Let $I$ be an interval of the real line and $f:I\rightarrow \mathbb{R}$ a function. Define the divided difference of $f$ at the points $x_0<x_1<\cdots<x_{n+1}$ in $I$ by $$ [x_0;f]=f(x_0)\; , \; [x_0,x_1,\cdots,x_{k};f]=\frac{[x_1,\cdots,x_{k};f]-[x_0,\cdots,x_{k-1};f]}{x_k-x_0}, $$ for every $1\leq k\leq n+1$. The function $f$ is called convex of order $n$ or $n$-convex if for any system $x_0<x_1<\cdots<x_{n+1}$ of points in $I$ it holds that $[x_0,x_1,\cdots,x_{n+1};f]\geq 0$, and it is $n$-concave if $-f$ is $n$-convex.

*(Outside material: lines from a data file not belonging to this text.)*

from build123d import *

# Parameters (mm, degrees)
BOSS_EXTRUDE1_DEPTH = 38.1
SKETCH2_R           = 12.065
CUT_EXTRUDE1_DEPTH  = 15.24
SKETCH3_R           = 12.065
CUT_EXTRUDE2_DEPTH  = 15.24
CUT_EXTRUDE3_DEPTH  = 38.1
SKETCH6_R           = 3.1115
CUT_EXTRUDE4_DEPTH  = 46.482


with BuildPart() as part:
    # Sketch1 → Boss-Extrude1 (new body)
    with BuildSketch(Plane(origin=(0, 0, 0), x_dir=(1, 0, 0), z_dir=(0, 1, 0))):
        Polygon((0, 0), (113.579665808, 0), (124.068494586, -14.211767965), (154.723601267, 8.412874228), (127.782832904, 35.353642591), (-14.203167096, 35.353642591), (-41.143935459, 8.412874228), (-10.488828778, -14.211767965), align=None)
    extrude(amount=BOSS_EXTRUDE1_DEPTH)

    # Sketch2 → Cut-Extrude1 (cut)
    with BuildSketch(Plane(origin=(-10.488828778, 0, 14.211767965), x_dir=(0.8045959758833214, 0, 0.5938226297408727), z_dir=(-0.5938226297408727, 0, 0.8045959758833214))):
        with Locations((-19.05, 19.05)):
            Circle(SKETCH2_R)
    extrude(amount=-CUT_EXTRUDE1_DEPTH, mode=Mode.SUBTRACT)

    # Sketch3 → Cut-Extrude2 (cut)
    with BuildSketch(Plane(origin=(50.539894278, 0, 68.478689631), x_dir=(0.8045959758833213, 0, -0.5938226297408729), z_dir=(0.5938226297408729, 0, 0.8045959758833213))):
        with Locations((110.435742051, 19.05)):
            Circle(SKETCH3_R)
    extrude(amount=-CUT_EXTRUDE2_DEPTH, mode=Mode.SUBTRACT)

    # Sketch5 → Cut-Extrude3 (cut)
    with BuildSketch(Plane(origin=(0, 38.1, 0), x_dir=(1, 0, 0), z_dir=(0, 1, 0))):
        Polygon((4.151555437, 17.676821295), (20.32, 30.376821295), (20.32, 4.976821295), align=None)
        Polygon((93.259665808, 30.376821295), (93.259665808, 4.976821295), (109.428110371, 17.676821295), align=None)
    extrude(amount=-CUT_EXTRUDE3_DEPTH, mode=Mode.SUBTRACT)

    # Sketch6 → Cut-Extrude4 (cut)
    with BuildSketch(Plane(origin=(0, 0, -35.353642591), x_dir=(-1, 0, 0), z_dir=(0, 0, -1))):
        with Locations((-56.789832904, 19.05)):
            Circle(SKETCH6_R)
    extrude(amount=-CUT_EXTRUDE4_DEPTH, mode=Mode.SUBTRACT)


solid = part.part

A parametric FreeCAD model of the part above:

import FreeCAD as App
import Part
import Sketcher

V = App.Vector
Q = App.Units.Quantity


def add_polygon(sketch, points):
    """Adds a closed chain of lines whose ends are joined by coincident constraints."""
    first, n = sketch.GeometryCount, len(points)
    for a, b in zip(points, points[1:] + points[:1]):
        sketch.addGeometry(Part.LineSegment(App.Vector(*a, 0), App.Vector(*b, 0)), False)
    for i in range(n):
        sketch.addConstraint(Sketcher.Constraint("Coincident", first + i, 2, first + (i + 1) % n, 1))

doc = App.newDocument("Part")
params = doc.addObject("Spreadsheet::Sheet", "Params")
for row, (alias, value) in enumerate([
    ("sketch1_length", "1.5 in"),
    ("sketch1_width", "5.59 in"),
    ("pad1_length", "1.5 in"),
    ("sketch2_diameter", "0.95 in"),
    ("pocket1_length", "0.6 in"),
    ("sketch3_diameter", "0.95 in"),
    ("pocket2_length", "0.6 in"),
    ("sketch4_height", "1 in"),
    ("pocket3_length", "1.5 in"),
    ("sketch5_diameter", "0.245 in"),
    ("pocket4_length", "1.83 in"),
], start=1):
    params.set(f"A{row}", alias)
    params.set(f"B{row}", "=" + value)
    params.setAlias(f"B{row}", alias)

body = doc.addObject("PartDesign::Body", "Body")

# Sketch on XZ plane
sketch1 = body.newObject("Sketcher::SketchObject", "Sketch")
sketch1.AttachmentSupport = (doc.getObject("XZ_Plane"), [""])
sketch1.MapMode = "FlatFace"
add_polygon(sketch1, [(0, 0), (113.579666, 0), (124.068495, 14.211768), (154.723601, -8.412874), (127.782833, -35.353643), (-14.203167, -35.353643), (-41.143935, -8.412874), (-10.488829, 14.211768)])  # lines 0-7
sketch1.addConstraint([
    Sketcher.Constraint("Horizontal", 0),
    Sketcher.Constraint("Horizontal", 4),
    Sketcher.Constraint("Coincident", 7, 2, -1, 1),
    Sketcher.Constraint("Perpendicular", 1, 2),
    Sketcher.Constraint("Perpendicular", 3, 5),
    Sketcher.Constraint("Perpendicular", 6, 7),
    Sketcher.Constraint("Horizontal", 2, 2, 5, 2),
    Sketcher.Constraint("Horizontal", 1, 2, 6, 2),
    Sketcher.Constraint("Equal", 2, 3),
    Sketcher.Constraint("Equal", 3, 5),
    Sketcher.Constraint("Equal", 5, 6),
    Sketcher.Constraint("Distance", 2, Q("1.5 in")),
    Sketcher.Constraint("DistanceX", 4, 2, 4, 1, Q("5.59 in")),
    Sketcher.Constraint("DistanceX", -1, 1, 2, 2, Q("154.723601 mm")),
    Sketcher.Constraint("DistanceX", 6, 2, -1, 1, Q("10.488829 mm")),
])
sketch1.setExpression("Constraints[19]", "Params.sketch1_length")
sketch1.setExpression("Constraints[20]", "Params.sketch1_width")
pad1 = body.newObject("PartDesign::Pad", "Pad")
pad1.Profile = sketch1
pad1.setExpression("Length", "Params.pad1_length")
pad1.Reversed = True

# Sketch on an angled plane
sketch2 = body.newObject("Sketcher::SketchObject", "Sketch001")
sketch2.Placement = App.Placement(V(-10.488829, 0, 14.211768), App.Rotation(V(0.804595976, 0, 0.59382263), V(0, 1, 0), V(-0.59382263, 0, 0.804595976), "ZXY"))
sketch2.addGeometry(Part.Circle(V(-19.05, 19.05, 0), V(0, 0, 1), 12.065), False)
sketch2.addConstraint([
    Sketcher.Constraint("Diameter", 0, Q("0.95 in")),
    Sketcher.Constraint("DistanceX", 0, 3, -1, 1, Q("0.75 in")),
    Sketcher.Constraint("DistanceY", -1, 1, 0, 3, Q("0.75 in")),
])
sketch2.setExpression("Constraints[0]", "Params.sketch2_diameter")
pocket1 = body.newObject("PartDesign::Pocket", "Pocket")
pocket1.Profile = sketch2
pocket1.setExpression("Length", "Params.pocket1_length")

# Sketch on an angled plane
sketch3 = body.newObject("Sketcher::SketchObject", "Sketch002")
sketch3.Placement = App.Placement(V(50.539894, 0, 68.47869), App.Rotation(V(0.804595976, 0, -0.59382263), V(0, 1, 0), V(0.59382263, 0, 0.804595976), "ZXY"))
sketch3.addGeometry(Part.Circle(V(110.435742, 19.05, 0), V(0, 0, 1), 12.065), False)
sketch3.addConstraint([
    Sketcher.Constraint("Diameter", 0, Q("0.95 in")),
    Sketcher.Constraint("DistanceY", -1, 1, 0, 3, Q("0.75 in")),
    Sketcher.Constraint("DistanceX", -1, 1, 0, 3, Q("110.435742 mm")),
])
sketch3.setExpression("Constraints[0]", "Params.sketch3_diameter")
pocket2 = body.newObject("PartDesign::Pocket", "Pocket001")
pocket2.Profile = sketch3
pocket2.setExpression("Length", "Params.pocket2_length")

# Sketch on XZ plane
sketch4 = body.newObject("Sketcher::SketchObject", "Sketch003")
sketch4.AttachmentSupport = (doc.getObject("XZ_Plane"), [""])
sketch4.MapMode = "FlatFace"
sketch4.AttachmentOffset = App.Placement(V(0, 0, -1.5 * 25.4), App.Rotation())
add_polygon(sketch4, [(20.32, -30.376821), (4.151555, -17.676821), (20.32, -4.976821)])  # lines 0-2
add_polygon(sketch4, [(93.259666, -30.376821), (93.259666, -4.976821), (109.42811, -17.676821)])  # lines 3-5
sketch4.addConstraint([
    Sketcher.Constraint("Vertical", 2),
    Sketcher.Constraint("Vertical", 3),
    Sketcher.Constraint("Parallel", 0, 4),
    Sketcher.Constraint("Parallel", 1, 5),
    Sketcher.Constraint("Horizontal", 1, 2, 3, 2),
    Sketcher.Constraint("Horizontal", 0, 2, 4, 2),
    Sketcher.Constraint("Horizontal", 2, 2, 5, 2),
    Sketcher.Constraint("DistanceY", 2, 2, 2, 1, Q("1 in")),
    Sketcher.Constraint("DistanceX", -1, 1, 1, 2, Q("0.8 in")),
    Sketcher.Constraint("Distance", 0, Q("20.559878 mm")),
    Sketcher.Constraint("DistanceY", 0, 2, -1, 1, Q("17.676821 mm")),
    Sketcher.Constraint("DistanceX", -1, 1, 4, 2, Q("109.42811 mm")),
])
sketch4.setExpression("Constraints[13]", "Params.sketch4_height")
pocket3 = body.newObject("PartDesign::Pocket", "Pocket002")
pocket3.Profile = sketch4
pocket3.setExpression("Length", "Params.pocket3_length")
pocket3.Reversed = True

# Sketch on XY plane
sketch5 = body.newObject("Sketcher::SketchObject", "Sketch004")
sketch5.AttachmentSupport = (doc.getObject("XY_Plane"), [""])
sketch5.MapMode = "FlatFace"
sketch5.AttachmentOffset = App.Placement(V(0, 0, -35.353643), App.Rotation())
sketch5.addGeometry(Part.Circle(V(56.789833, 19.05, 0), V(0, 0, 1), 3.1115), False)
sketch5.addConstraint([
    Sketcher.Constraint("Diameter", 0, Q("0.245 in")),
    Sketcher.Constraint("DistanceY", -1, 1, 0, 3, Q("0.75 in")),
    Sketcher.Constraint("DistanceX", -1, 1, 0, 3, Q("56.789833 mm")),
])
sketch5.setExpression("Constraints[0]", "Params.sketch5_diameter")
pocket4 = body.newObject("PartDesign::Pocket", "Pocket003")
pocket4.Profile = sketch5
pocket4.setExpression("Length", "Params.pocket4_length")
pocket4.Reversed = True

doc.recompute()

Now, can somebody prove that:
(a) If $f:\mathbb{R}^+\rightarrow \mathbb{R}^+$ is a function such that $\log f$ is concave of order $2$, then for every $0<u<v<w<z$ the following inequality holds \begin{equation} \left(\frac{f(z)}{f(u)}\right)^{w-v}\leq \left(\frac{f(w)}{f(v)}\right)^{z-u} \end{equation}
(b) If $f$ is three times differentiable on $I$, then $f$ is convex of order two if and only if $f'''(x)\geq 0$, for all $x\in I$.
I have not the points for a comment so :
See the lemma 1) of this paper there is an answer to your first question.